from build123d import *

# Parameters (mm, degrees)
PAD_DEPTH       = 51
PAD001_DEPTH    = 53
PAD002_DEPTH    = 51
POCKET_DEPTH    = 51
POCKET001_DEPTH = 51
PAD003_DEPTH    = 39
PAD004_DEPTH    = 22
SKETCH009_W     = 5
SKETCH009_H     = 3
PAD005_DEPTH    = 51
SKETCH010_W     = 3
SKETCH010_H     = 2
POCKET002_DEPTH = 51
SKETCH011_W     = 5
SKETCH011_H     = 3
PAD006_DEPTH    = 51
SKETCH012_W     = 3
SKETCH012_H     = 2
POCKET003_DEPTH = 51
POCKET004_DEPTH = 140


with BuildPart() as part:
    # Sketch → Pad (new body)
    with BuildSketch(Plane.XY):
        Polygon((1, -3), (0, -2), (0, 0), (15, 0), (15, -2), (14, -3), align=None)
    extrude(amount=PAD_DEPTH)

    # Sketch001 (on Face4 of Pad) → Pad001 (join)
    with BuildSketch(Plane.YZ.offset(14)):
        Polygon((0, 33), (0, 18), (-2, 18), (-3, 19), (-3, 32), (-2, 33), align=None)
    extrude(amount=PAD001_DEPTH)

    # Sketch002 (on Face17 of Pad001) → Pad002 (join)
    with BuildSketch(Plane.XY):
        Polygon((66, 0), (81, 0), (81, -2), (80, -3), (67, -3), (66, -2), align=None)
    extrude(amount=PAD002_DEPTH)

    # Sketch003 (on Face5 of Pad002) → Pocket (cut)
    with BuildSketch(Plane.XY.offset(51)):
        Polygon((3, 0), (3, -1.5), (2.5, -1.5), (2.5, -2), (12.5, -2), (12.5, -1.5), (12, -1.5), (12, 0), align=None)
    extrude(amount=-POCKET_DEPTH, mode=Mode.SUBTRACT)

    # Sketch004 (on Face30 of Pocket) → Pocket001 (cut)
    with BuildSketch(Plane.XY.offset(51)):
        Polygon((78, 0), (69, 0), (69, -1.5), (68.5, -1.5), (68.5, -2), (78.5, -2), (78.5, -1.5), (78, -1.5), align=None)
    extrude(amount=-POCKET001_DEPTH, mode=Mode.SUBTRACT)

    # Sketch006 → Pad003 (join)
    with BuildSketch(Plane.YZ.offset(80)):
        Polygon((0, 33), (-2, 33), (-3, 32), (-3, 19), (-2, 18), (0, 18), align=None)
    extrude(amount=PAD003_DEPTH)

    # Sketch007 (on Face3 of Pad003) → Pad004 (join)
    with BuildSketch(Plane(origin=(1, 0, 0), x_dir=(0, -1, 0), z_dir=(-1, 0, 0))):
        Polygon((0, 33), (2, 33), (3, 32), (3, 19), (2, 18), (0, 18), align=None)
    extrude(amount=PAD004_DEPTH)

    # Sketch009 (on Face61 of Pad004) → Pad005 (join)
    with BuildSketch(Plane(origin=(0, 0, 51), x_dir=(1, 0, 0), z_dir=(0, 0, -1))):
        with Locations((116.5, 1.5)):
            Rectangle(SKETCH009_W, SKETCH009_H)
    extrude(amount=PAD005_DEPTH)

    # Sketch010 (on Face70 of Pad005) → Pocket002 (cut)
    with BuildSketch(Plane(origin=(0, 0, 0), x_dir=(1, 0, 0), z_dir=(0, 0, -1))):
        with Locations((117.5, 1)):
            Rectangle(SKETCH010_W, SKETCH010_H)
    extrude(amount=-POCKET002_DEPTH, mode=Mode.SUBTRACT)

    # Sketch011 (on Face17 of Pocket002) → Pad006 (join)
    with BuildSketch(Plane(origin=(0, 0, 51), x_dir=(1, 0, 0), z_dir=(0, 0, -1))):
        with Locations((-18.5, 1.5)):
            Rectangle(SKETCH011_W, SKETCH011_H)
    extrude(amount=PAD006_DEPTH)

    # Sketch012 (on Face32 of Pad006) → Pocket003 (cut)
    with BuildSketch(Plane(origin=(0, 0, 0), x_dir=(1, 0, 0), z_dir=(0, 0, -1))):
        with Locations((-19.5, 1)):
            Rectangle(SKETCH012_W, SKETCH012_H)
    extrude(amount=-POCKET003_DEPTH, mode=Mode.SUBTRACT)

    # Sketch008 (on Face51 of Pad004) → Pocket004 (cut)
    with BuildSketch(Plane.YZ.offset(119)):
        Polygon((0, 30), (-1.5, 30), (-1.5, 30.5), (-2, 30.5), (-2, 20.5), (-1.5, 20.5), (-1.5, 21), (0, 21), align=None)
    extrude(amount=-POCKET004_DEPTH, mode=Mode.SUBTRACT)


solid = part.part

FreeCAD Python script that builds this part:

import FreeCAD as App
import Part
import Sketcher
Q = App.Units.Quantity

doc = App.newDocument("Part")
body = doc.addObject("PartDesign::Body", "Body")

# Sketch on XY plane
sketch1 = body.newObject("Sketcher::SketchObject", "Sketch")
sketch1.AttachmentSupport = (doc.getObject("XY_Plane"), [""])
sketch1.MapMode = "FlatFace"
sketch1.addGeometry([
    Part.LineSegment(App.Vector(0, -2, 0), App.Vector(1, -3, 0)),  # 0
    Part.LineSegment(App.Vector(1, -3, 0), App.Vector(14, -3, 0)),  # 1
    Part.LineSegment(App.Vector(14, -3, 0), App.Vector(15, -2, 0)),  # 2
    Part.LineSegment(App.Vector(15, -2, 0), App.Vector(15, 0, 0)),  # 3
    Part.LineSegment(App.Vector(15, 0, 0), App.Vector(0, 0, 0)),  # 4
    Part.LineSegment(App.Vector(0, 0, 0), App.Vector(0, -2, 0)),  # 5
], False)
sketch1.addConstraint([
    Sketcher.Constraint("Coincident", 0, 2, 1, 1),
    Sketcher.Constraint("Coincident", 1, 2, 2, 1),
    Sketcher.Constraint("Coincident", 2, 2, 3, 1),
    Sketcher.Constraint("Coincident", 3, 2, 4, 1),
    Sketcher.Constraint("Coincident", 4, 2, 5, 1),
    Sketcher.Constraint("Coincident", 5, 2, 0, 1),
    Sketcher.Constraint("Horizontal", 1),
    Sketcher.Constraint("Vertical", 3),
    Sketcher.Constraint("Horizontal", 4),
    Sketcher.Constraint("Vertical", 5),
    Sketcher.Constraint("Coincident", 4, 2, -1, 1),
    Sketcher.Constraint("Perpendicular", 0, 2),
    Sketcher.Constraint("Horizontal", 2, 2, 5, 2),
    Sketcher.Constraint("Equal", 0, 2),
    Sketcher.Constraint("DistanceX", 1, 1, 1, 2, Q("13 mm")),
    Sketcher.Constraint("DistanceX", 4, 2, 4, 1, Q("15 mm")),
    Sketcher.Constraint("DistanceY", 3, 1, 3, 2, Q("2 mm")),
])
pad1 = body.newObject("PartDesign::Pad", "Pad")
pad1.Profile = sketch1
pad1.Length = 51

# Sketch on YZ plane
sketch2 = body.newObject("Sketcher::SketchObject", "Sketch001")
sketch2.AttachmentSupport = (doc.getObject("YZ_Plane"), [""])
sketch2.MapMode = "FlatFace"
sketch2.AttachmentOffset = App.Placement(App.Vector(0, 0, 14), App.Rotation())
sketch2.addGeometry([
    Part.LineSegment(App.Vector(0, 18, 0), App.Vector(0, 33, 0)),  # 0
    Part.LineSegment(App.Vector(0, 33, 0), App.Vector(-2, 33, 0)),  # 1
    Part.LineSegment(App.Vector(-2, 33, 0), App.Vector(-3, 32, 0)),  # 2
    Part.LineSegment(App.Vector(-3, 32, 0), App.Vector(-3, 19, 0)),  # 3
    Part.LineSegment(App.Vector(-3, 19, 0), App.Vector(-2, 18, 0)),  # 4
    Part.LineSegment(App.Vector(-2, 18, 0), App.Vector(0, 18, 0)),  # 5
], False)
sketch2.addConstraint([
    Sketcher.Constraint("Coincident", 0, 2, 1, 1),
    Sketcher.Constraint("Coincident", 1, 2, 2, 1),
    Sketcher.Constraint("Coincident", 2, 2, 3, 1),
    Sketcher.Constraint("Coincident", 3, 2, 4, 1),
    Sketcher.Constraint("Coincident", 4, 2, 5, 1),
    Sketcher.Constraint("Coincident", 5, 2, 0, 1),
    Sketcher.Constraint("Vertical", 0),
    Sketcher.Constraint("Horizontal", 1),
    Sketcher.Constraint("Vertical", 3),
    Sketcher.Constraint("Horizontal", 5),
    Sketcher.Constraint("PointOnObject", 0, 2, -2),
    Sketcher.Constraint("Perpendicular", 2, 4),
    Sketcher.Constraint("Vertical", 1, 2, 4, 2),
    Sketcher.Constraint("Equal", 2, 4),
    Sketcher.Constraint("DistanceX", 1, 2, 1, 1, Q("2 mm")),
    Sketcher.Constraint("DistanceY", 0, 1, 0, 2, Q("15 mm")),
    Sketcher.Constraint("DistanceY", 3, 2, 3, 1, Q("13 mm")),
    Sketcher.Constraint("DistanceY", -1, 1, 0, 2, Q("33 mm")),
])
pad2 = body.newObject("PartDesign::Pad", "Pad001")
pad2.Profile = sketch2
pad2.Length = 53

# Sketch on XY plane
sketch3 = body.newObject("Sketcher::SketchObject", "Sketch002")
sketch3.AttachmentSupport = (doc.getObject("XY_Plane"), [""])
sketch3.MapMode = "FlatFace"
sketch3.addGeometry([
    Part.LineSegment(App.Vector(81, 0, 0), App.Vector(66, 0, 0)),  # 0
    Part.LineSegment(App.Vector(66, 0, 0), App.Vector(66, -2, 0)),  # 1
    Part.LineSegment(App.Vector(66, -2, 0), App.Vector(67, -3, 0)),  # 2
    Part.LineSegment(App.Vector(67, -3, 0), App.Vector(80, -3, 0)),  # 3
    Part.LineSegment(App.Vector(80, -3, 0), App.Vector(81, -2, 0)),  # 4
    Part.LineSegment(App.Vector(81, -2, 0), App.Vector(81, 0, 0)),  # 5
], False)
sketch3.addConstraint([
    Sketcher.Constraint("Coincident", 0, 2, 1, 1),
    Sketcher.Constraint("Coincident", 1, 2, 2, 1),
    Sketcher.Constraint("Coincident", 2, 2, 3, 1),
    Sketcher.Constraint("Coincident", 3, 2, 4, 1),
    Sketcher.Constraint("Coincident", 4, 2, 5, 1),
    Sketcher.Constraint("Coincident", 5, 2, 0, 1),
    Sketcher.Constraint("Horizontal", 0),
    Sketcher.Constraint("Vertical", 1),
    Sketcher.Constraint("Horizontal", 3),
    Sketcher.Constraint("Vertical", 5),
    Sketcher.Constraint("PointOnObject", 0, 2, -1),
    Sketcher.Constraint("Perpendicular", 2, 4),
    Sketcher.Constraint("Horizontal", 1, 2, 4, 2),
    Sketcher.Constraint("Equal", 2, 4),
    Sketcher.Constraint("DistanceX", 0, 2, 0, 1, Q("15 mm")),
    Sketcher.Constraint("DistanceX", 3, 1, 3, 2, Q("13 mm")),
    Sketcher.Constraint("DistanceY", 1, 2, 1, 1, Q("2 mm")),
    Sketcher.Constraint("DistanceX", -1, 1, 0, 2, Q("66 mm")),
])
pad3 = body.newObject("PartDesign::Pad", "Pad002")
pad3.Profile = sketch3
pad3.Length = 51

# Sketch on XY plane
sketch4 = body.newObject("Sketcher::SketchObject", "Sketch003")
sketch4.AttachmentSupport = (doc.getObject("XY_Plane"), [""])
sketch4.MapMode = "FlatFace"
sketch4.AttachmentOffset = App.Placement(App.Vector(0, 0, 51), App.Rotation())
sketch4.addGeometry([
    Part.LineSegment(App.Vector(3, 0, 0), App.Vector(3, -1.5, 0)),  # 0
    Part.LineSegment(App.Vector(3, -1.5, 0), App.Vector(2.5, -1.5, 0)),  # 1
    Part.LineSegment(App.Vector(2.5, -1.5, 0), App.Vector(2.5, -2, 0)),  # 2
    Part.LineSegment(App.Vector(2.5, -2, 0), App.Vector(12.5, -2, 0)),  # 3
    Part.LineSegment(App.Vector(12.5, -2, 0), App.Vector(12.5, -1.5, 0)),  # 4
    Part.LineSegment(App.Vector(12.5, -1.5, 0), App.Vector(12, -1.5, 0)),  # 5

###

Begin at the line that has "(0, 21), align=None)" in the entries above; stop after the line that has "FreeCAD Python script". Transcribe exactly those lines and no others.

        Polygon((0, 30), (-1.5, 30), (-1.5, 30.5), (-2, 30.5), (-2, 20.5), (-1.5, 20.5), (-1.5, 21), (0, 21), align=None)
    extrude(amount=-POCKET004_DEPTH, mode=Mode.SUBTRACT)


solid = part.part

FreeCAD Python script that builds this part:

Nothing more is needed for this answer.